Analyzing writing styles of non-native speakers is a challenging task. In this paper, we analyze the comments written in the discussion pages of the English Wikipedia. Using learning algorithms, we are able to detect native speakers’ writing style with an accuracy of 74%. Given the diversity of the English Wikipedia users and the large number of languages they speak, we measure the similarities among their native languages by comparing the influence they have on their English writing style. Our results show that languages known to have the same origin and development path have similar footprint on their speakers’ English writing style.
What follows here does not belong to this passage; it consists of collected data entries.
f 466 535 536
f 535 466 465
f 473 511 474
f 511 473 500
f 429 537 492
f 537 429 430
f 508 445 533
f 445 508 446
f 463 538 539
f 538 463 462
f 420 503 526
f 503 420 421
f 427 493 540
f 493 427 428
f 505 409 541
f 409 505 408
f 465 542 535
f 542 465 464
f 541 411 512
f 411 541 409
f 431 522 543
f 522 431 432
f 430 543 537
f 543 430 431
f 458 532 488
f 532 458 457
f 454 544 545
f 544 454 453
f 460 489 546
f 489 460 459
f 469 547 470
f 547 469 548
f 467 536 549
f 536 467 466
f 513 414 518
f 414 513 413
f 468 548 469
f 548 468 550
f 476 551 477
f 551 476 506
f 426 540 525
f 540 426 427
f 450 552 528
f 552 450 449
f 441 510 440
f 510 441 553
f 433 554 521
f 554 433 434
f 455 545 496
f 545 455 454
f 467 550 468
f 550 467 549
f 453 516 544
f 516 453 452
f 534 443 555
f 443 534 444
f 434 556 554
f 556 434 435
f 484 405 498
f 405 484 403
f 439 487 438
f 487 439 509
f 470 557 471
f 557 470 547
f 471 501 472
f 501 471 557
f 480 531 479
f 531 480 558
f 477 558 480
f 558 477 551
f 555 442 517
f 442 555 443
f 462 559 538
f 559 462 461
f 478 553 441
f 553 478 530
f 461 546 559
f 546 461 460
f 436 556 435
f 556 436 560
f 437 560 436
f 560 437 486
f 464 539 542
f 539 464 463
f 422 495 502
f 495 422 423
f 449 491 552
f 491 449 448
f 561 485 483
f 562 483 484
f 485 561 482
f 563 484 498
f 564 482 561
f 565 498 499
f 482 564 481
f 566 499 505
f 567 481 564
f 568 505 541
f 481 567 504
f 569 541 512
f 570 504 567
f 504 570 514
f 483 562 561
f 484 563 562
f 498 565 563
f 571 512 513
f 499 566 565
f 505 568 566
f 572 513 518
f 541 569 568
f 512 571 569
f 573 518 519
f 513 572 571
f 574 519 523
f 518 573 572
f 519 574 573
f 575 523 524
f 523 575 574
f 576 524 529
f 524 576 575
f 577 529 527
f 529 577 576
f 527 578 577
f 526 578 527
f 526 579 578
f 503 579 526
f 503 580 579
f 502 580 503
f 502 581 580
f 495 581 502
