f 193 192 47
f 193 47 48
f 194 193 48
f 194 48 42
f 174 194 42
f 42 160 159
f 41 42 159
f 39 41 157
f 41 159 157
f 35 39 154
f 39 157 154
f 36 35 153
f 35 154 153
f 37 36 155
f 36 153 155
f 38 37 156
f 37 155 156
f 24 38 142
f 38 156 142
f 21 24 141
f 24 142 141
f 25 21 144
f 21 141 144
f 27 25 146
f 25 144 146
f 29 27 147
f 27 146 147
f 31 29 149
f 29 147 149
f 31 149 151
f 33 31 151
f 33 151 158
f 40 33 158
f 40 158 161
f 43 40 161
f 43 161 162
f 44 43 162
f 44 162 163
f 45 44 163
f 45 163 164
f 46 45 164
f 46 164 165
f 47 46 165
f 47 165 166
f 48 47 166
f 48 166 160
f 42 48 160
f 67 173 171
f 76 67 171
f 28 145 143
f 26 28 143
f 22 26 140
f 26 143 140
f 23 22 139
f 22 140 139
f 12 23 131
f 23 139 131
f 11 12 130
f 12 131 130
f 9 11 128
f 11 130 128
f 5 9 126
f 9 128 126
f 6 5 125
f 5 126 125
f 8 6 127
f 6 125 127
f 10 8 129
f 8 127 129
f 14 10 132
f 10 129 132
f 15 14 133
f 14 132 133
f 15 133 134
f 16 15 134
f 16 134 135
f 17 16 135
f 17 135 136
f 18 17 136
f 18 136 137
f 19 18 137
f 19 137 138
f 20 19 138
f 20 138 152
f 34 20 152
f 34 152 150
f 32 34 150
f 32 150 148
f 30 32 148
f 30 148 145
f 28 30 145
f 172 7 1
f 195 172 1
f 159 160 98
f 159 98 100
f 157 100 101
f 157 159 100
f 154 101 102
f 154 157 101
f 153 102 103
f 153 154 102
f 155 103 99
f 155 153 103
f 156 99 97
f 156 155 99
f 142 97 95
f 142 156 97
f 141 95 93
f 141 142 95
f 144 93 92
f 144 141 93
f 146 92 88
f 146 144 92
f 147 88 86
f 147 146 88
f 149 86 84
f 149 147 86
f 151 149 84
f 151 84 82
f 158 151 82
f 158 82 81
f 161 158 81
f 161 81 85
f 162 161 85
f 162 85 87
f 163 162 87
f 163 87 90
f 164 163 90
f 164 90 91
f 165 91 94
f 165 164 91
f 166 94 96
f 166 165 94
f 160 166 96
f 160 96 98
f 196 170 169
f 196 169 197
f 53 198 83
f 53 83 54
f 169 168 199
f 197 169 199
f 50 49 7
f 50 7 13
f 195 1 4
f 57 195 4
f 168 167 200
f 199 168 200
To enable further studies, the dataset we extracted from Wikipedia will be made available publicly.
Comments database (data.json.txt.details):
- autoid: Index that is unique for each row
- text: The actual comment
- lang: native user language
- user_name: wikipedia username
- page_id: The ID of the wikipedia page that the comment appeared in.
- page_title: Title of the wikipedia page that the comment appeared in.
- time_stamp: The time stamp of the comment, as mentioned in the comment signature. Could be null
- level: English proficiency of the user.
Users database (users_props.json.txt):
- langs: set of the languages that the user claims knowledge of.
- comm_size: number of (characters/wrods, not sure!) that is used in all the user comments.
- comm_num: number of comments that the user contributed.